I can still remember the experience of getting my first pair of waders like it was yesterday; I remember driving to the store, trying them on, placing myself in various shooting positions, looking in the mirror, bending my knees ensuring they were the right fit. I was incredibly excited and could not wait to get into them and hit the wetlands. I had conducted research and read reviews but I was not too familiar with brand names and their types, one thing was certain they had to be chest high.

I ended up purchasing the Blue Bill Camo Breathable Bootfoot Waders made by the Allen Company. I love my waders and I am very happy with the product, but at the time of the purchase I did not put too much consideration into their one year warranty for my waders but I remember thinking it was quite short. This is an element for some hunting products which I simply do not understand, if you make a great product and you know it is a great product, why not have a lifetime warranty?

Last weekend I was on an early morning duck hunt, I had harvested my first wood duck of the day and it landed on my left in the creek, the depth was just below chest deep . The black lab which we had with us that morning was further down the creek; therefore I decided to retrieve the bird on my own.

I made my shotgun safe and stepped into the cold waters, everything was going well, until I felt my wallet in my back pocket starting to getting wet and then it dawned on me, I had a hole in my waders and my warranty was up.
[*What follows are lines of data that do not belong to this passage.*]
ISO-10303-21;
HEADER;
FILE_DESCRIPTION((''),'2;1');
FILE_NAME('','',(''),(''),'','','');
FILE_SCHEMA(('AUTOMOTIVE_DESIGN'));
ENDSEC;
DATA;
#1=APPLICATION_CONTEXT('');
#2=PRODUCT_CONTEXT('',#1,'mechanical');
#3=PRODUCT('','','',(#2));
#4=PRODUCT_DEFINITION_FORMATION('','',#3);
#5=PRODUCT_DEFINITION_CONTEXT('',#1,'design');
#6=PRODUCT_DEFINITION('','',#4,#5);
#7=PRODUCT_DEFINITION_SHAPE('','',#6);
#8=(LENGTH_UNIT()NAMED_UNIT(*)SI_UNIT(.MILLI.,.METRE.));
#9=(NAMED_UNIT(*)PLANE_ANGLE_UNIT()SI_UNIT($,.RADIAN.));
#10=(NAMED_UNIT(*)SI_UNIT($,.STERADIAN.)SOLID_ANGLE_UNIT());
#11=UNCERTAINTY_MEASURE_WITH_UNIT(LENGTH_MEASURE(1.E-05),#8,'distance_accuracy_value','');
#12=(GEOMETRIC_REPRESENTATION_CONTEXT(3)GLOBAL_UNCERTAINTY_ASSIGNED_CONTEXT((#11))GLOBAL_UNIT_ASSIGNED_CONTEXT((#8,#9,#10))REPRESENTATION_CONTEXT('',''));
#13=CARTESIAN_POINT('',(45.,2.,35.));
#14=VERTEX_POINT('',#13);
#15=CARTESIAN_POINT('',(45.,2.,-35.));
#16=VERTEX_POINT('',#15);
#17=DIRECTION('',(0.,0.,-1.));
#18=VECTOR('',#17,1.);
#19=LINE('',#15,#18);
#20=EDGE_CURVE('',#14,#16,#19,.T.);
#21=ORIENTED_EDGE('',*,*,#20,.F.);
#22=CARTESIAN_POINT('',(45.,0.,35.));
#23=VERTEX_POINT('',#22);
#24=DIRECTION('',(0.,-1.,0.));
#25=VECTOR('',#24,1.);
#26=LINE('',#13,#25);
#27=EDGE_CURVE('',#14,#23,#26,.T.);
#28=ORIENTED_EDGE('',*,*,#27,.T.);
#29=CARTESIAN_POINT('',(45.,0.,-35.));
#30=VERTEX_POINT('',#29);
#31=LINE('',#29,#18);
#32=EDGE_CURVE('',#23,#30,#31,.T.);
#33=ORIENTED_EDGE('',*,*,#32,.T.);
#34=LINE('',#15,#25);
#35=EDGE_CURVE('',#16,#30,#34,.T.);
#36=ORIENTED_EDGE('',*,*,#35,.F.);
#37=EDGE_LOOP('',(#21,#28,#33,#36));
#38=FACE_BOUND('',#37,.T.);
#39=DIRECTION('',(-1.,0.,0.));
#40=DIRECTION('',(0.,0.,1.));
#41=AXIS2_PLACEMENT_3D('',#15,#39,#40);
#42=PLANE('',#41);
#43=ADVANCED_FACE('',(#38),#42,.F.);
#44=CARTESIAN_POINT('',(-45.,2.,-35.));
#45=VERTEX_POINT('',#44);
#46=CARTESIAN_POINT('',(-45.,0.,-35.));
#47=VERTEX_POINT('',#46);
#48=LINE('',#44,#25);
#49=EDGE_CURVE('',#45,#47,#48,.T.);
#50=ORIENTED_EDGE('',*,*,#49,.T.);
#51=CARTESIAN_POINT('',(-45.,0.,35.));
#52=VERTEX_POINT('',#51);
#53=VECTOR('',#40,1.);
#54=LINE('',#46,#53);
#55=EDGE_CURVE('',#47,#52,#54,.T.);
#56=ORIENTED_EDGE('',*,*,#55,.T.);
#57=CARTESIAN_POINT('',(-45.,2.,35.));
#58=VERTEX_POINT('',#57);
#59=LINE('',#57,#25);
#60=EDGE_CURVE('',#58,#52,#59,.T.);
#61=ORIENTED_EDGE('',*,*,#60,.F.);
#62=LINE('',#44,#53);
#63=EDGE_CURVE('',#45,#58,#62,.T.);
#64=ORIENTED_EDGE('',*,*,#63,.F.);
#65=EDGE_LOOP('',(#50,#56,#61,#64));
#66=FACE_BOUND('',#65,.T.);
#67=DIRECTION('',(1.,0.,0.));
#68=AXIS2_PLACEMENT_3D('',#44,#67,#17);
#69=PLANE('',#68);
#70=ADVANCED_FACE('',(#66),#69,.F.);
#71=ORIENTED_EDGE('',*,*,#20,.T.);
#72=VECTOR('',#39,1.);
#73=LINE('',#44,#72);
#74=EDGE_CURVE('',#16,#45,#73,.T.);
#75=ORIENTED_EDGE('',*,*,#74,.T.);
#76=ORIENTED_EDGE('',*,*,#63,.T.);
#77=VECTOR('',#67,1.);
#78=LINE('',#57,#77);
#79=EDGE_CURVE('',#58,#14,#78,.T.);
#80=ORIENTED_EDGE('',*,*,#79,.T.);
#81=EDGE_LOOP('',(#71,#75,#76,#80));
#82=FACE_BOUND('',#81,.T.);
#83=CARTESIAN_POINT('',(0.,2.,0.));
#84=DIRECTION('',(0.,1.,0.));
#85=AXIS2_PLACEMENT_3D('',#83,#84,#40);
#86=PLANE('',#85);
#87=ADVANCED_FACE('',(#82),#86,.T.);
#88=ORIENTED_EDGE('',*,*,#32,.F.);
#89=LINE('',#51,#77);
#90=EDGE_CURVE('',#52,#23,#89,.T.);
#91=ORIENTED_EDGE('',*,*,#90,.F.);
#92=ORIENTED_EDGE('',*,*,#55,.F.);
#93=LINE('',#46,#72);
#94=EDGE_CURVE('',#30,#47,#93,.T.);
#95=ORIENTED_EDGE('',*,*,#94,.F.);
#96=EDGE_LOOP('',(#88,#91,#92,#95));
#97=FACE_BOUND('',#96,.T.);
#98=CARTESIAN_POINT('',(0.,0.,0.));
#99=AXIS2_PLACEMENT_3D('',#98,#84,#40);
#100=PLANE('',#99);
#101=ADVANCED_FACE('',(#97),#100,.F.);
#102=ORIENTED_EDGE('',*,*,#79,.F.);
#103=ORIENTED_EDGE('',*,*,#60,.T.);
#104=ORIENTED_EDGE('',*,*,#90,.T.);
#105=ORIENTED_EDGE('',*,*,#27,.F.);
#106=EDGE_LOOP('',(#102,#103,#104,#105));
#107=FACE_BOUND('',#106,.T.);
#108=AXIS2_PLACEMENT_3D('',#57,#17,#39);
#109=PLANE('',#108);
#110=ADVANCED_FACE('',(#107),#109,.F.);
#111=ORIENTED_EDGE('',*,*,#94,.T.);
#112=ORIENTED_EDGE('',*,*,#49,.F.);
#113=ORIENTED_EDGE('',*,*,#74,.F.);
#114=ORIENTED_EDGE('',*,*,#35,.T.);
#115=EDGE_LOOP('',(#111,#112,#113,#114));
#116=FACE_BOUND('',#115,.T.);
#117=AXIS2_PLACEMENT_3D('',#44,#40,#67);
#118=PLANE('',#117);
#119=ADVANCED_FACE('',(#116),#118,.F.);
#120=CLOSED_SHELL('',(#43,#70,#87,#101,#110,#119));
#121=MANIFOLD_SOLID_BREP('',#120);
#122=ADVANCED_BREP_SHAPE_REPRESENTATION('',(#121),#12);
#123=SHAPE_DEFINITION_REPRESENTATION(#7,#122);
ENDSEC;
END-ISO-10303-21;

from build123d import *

# Parameters (mm, degrees)
CROQUIS2_W              = 90
CROQUIS2_H              = 70
SALIENTE_EXTRUIR1_DEPTH = 2


with BuildPart() as part:
    # Croquis2 → Saliente-Extruir1 (new body)
    with BuildSketch(Plane(origin=(0, 0, 0), x_dir=(1, 0, 0), z_dir=(0, 1, 0))):
        Rectangle(CROQUIS2_W, CROQUIS2_H)
    extrude(amount=SALIENTE_EXTRUIR1_DEPTH)


solid = part.part
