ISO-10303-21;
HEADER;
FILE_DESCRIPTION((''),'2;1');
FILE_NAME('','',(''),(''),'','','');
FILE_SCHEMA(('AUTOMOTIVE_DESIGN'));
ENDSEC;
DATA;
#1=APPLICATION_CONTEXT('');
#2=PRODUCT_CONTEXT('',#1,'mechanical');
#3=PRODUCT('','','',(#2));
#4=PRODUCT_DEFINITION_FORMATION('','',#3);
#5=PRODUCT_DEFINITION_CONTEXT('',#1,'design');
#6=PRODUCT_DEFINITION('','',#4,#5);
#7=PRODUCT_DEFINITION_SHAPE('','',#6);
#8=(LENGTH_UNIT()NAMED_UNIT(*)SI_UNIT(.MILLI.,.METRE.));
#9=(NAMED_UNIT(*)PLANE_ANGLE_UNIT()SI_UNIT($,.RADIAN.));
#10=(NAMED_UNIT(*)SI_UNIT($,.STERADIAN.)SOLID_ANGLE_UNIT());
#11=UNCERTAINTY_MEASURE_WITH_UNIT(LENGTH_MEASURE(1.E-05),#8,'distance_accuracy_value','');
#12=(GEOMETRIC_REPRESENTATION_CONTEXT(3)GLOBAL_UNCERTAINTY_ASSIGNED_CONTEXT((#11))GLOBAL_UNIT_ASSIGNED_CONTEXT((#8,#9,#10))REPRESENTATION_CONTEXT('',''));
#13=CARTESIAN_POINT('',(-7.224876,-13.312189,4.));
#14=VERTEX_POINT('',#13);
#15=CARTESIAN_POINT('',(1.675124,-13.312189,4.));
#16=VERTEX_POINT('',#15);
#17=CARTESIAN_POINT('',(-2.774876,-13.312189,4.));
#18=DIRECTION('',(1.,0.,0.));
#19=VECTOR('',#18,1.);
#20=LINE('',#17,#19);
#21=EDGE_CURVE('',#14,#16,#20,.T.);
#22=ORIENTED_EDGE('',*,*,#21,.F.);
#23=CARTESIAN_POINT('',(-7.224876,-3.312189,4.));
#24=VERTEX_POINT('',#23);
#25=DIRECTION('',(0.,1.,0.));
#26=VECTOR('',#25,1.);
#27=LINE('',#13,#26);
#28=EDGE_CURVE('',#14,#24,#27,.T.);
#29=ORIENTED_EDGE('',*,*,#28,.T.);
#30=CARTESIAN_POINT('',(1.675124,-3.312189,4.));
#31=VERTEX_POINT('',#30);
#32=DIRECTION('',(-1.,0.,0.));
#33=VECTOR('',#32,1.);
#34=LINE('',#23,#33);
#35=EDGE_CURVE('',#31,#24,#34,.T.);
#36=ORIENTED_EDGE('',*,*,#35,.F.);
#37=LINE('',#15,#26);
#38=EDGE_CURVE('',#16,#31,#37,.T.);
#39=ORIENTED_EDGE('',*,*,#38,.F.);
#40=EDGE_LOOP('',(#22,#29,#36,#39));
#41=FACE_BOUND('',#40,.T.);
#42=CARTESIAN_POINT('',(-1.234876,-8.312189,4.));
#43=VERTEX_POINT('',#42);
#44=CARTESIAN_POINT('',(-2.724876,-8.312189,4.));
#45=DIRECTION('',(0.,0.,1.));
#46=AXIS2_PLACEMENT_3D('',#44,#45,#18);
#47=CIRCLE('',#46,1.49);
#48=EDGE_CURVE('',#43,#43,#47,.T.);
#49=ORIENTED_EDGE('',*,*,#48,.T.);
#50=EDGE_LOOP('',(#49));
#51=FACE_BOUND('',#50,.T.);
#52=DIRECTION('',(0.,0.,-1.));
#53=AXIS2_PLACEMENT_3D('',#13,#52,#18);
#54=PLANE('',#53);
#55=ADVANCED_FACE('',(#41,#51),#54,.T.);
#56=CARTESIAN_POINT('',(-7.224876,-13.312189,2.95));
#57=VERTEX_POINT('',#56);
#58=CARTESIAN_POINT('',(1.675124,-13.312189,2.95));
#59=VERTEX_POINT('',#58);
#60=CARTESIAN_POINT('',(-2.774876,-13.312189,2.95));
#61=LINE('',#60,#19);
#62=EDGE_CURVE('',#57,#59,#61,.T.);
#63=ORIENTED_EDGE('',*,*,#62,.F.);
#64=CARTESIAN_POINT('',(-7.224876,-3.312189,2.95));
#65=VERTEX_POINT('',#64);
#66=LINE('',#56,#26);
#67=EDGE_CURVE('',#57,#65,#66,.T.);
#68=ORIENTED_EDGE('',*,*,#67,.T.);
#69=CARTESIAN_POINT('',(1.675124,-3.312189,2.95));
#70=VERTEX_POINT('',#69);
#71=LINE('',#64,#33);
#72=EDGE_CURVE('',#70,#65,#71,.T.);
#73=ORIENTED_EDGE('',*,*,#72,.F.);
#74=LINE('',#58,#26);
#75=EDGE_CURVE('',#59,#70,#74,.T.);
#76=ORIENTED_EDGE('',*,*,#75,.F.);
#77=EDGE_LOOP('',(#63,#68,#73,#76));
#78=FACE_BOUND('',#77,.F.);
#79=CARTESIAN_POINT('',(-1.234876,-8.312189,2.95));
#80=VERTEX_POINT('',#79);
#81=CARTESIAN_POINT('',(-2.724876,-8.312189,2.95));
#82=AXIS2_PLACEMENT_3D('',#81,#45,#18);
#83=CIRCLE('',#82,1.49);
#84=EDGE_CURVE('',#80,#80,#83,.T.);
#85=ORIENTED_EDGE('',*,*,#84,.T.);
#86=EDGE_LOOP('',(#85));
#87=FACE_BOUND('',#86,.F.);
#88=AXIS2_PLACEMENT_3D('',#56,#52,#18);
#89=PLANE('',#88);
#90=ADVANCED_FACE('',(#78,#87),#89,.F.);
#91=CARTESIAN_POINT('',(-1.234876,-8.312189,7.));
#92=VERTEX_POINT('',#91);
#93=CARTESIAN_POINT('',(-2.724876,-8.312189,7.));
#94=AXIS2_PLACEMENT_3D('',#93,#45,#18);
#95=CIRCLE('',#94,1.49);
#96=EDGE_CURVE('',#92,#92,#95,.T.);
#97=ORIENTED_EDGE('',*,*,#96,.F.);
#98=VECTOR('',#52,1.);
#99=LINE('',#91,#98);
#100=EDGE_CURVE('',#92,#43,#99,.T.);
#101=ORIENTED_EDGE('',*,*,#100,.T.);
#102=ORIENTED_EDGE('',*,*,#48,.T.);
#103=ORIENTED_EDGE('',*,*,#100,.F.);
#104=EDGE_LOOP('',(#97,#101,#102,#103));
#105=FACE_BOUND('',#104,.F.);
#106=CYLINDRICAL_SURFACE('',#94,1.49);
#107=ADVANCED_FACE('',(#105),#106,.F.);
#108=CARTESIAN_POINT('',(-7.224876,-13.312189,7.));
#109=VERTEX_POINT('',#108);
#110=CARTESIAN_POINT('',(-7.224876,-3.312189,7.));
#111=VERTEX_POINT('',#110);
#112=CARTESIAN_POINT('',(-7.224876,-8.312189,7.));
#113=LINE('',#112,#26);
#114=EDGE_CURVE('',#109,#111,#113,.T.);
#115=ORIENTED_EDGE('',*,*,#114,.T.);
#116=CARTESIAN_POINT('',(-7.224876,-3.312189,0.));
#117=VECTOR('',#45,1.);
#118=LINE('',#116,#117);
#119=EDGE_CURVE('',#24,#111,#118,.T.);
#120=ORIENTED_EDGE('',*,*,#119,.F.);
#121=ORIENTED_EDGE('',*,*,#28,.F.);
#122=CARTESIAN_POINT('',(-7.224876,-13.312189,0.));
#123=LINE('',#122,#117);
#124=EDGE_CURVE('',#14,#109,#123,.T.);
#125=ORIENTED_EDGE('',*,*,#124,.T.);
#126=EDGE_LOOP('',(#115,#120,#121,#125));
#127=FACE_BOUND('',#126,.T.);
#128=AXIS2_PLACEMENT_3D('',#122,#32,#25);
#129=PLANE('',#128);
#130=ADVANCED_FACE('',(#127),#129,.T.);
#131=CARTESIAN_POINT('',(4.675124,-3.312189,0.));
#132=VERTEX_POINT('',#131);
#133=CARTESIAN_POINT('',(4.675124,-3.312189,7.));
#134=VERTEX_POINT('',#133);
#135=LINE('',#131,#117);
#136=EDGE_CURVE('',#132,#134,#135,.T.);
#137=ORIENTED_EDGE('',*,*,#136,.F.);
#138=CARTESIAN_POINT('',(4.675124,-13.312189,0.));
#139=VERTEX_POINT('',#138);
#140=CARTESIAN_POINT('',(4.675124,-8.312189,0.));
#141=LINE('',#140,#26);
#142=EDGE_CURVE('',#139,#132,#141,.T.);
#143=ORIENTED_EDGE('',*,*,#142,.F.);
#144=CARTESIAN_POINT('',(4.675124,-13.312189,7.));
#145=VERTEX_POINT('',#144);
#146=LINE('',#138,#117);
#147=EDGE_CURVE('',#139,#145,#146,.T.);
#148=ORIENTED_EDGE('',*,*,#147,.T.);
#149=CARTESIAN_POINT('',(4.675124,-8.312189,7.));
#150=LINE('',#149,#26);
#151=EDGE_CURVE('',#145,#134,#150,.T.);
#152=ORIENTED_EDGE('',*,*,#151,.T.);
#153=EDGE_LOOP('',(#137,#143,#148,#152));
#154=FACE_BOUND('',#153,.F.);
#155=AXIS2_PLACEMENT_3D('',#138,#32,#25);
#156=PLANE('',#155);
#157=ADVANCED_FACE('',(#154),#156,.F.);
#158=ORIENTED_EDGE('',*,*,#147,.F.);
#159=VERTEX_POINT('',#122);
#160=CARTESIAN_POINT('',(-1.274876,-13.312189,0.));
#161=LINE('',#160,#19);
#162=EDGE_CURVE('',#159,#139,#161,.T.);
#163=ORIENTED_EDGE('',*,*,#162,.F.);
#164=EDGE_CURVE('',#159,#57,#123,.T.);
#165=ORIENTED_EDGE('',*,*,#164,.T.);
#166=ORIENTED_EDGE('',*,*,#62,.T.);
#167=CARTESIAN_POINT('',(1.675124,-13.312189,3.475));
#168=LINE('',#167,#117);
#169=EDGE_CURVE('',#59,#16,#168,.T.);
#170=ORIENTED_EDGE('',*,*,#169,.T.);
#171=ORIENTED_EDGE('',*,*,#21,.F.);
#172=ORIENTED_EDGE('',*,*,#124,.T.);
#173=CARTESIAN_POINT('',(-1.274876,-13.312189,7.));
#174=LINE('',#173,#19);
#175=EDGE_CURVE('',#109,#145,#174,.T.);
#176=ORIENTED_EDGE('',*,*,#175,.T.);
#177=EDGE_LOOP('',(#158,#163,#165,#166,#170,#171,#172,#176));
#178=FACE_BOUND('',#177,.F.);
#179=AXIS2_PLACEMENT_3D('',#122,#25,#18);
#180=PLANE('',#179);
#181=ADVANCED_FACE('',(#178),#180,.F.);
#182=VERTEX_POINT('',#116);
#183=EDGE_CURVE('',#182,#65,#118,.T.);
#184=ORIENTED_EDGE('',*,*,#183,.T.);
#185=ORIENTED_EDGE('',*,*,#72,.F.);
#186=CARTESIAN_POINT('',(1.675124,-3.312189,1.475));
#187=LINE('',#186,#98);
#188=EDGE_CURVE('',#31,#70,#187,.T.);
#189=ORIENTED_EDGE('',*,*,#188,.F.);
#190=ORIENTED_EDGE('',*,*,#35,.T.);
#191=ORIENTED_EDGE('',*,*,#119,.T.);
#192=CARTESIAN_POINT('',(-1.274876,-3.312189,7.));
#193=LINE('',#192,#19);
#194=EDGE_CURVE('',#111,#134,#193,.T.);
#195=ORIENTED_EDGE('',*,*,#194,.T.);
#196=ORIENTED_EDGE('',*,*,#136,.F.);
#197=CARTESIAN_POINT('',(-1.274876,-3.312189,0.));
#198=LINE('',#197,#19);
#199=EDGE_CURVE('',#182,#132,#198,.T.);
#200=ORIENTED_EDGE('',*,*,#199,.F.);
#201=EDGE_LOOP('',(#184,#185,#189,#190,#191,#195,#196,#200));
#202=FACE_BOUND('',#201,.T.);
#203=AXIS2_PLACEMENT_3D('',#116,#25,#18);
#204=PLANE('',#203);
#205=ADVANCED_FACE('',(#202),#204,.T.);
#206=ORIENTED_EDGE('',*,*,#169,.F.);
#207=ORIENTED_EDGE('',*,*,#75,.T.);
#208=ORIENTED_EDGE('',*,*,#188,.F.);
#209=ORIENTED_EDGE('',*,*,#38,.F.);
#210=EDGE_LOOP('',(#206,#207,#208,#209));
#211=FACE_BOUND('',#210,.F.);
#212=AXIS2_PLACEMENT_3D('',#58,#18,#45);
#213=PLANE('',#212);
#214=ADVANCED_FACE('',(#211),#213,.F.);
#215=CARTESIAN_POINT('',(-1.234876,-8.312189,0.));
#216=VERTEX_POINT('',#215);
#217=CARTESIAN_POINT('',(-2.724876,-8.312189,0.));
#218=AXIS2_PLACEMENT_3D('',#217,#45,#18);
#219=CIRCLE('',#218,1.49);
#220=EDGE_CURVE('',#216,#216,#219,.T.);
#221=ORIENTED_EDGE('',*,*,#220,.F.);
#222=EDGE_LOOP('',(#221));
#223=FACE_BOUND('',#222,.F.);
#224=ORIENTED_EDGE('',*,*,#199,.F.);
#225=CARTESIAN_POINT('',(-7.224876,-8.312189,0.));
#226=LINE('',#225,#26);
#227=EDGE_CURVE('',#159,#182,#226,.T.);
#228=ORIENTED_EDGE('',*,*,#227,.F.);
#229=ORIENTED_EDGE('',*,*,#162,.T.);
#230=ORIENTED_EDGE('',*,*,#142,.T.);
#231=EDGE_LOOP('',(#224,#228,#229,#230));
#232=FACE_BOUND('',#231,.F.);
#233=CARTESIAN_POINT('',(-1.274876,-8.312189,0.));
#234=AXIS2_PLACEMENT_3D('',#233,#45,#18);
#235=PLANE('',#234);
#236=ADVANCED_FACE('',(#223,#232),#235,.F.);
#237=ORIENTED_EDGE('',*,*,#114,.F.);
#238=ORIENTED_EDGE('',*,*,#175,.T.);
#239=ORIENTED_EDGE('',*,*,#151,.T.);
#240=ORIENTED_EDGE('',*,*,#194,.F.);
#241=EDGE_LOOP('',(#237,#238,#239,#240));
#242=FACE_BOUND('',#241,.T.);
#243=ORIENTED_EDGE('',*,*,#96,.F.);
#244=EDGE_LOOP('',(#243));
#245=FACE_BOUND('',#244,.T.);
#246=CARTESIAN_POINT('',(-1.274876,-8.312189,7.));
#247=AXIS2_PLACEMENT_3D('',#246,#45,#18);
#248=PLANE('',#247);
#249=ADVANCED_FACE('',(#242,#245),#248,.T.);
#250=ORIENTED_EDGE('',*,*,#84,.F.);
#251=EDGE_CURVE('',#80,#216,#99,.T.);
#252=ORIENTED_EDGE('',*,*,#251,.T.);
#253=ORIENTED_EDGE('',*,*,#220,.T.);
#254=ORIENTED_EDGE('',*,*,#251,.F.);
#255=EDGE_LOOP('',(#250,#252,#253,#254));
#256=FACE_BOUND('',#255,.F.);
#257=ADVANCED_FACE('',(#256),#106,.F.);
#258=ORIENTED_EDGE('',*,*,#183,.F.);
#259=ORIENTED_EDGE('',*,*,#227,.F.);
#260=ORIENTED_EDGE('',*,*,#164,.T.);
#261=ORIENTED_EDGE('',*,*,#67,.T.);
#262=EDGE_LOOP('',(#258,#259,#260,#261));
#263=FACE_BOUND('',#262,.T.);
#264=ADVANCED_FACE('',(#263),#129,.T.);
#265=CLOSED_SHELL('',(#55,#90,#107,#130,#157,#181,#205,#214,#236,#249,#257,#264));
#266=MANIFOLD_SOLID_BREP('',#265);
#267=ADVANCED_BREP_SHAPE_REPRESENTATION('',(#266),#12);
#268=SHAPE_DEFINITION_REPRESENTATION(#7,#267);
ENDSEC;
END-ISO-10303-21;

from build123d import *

# Parameters (mm, degrees)
SKETCH004_W     = 11.9
SKETCH004_H     = 10
PAD002_DEPTH    = 7
SKETCH005_R     = 1.49
POCKET002_DEPTH = 7.001
SKETCH006_W     = 8.9
SKETCH006_H     = 1.05
POCKET003_DEPTH = 10.001


with BuildPart() as part:
    # Sketch004 → Pad002 (new body)
    with BuildSketch(Plane.XY):
        with Locations((-1.274876, -8.312189)):
            Rectangle(SKETCH004_W, SKETCH004_H)
    extrude(amount=PAD002_DEPTH)

    # Sketch005 → Pocket002 (cut, through all)
    with BuildSketch(Plane.XY.offset(7)):
        with Locations((-2.724876, -8.312189)):
            Circle(SKETCH005_R)
    extrude(amount=-POCKET002_DEPTH, mode=Mode.SUBTRACT)

    # Sketch006 → Pocket003 (cut, through all)
    with BuildSketch(Plane.XZ.offset(13.312189)):
        with Locations((-2.774876, 3.475)):
            Rectangle(SKETCH006_W, SKETCH006_H)
    extrude(amount=-POCKET003_DEPTH, mode=Mode.SUBTRACT)


solid = part.part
I was gutted! First thing I did when I got home is I started to do additional research on how repair holes or tears in waders and came across the McNett Aquaseal product. The YouTube video was great. Now three days have passed and I purchased the McNett Aquaseal product, identified the three holes in the waders and applied the urethane rubber sealant in a rectangular shape using small flat Popsicle stick over the holes.

It is now curing as I am typing; and I shall be back on the river very soon and you bet your ducks I will be keeping an eye on this product.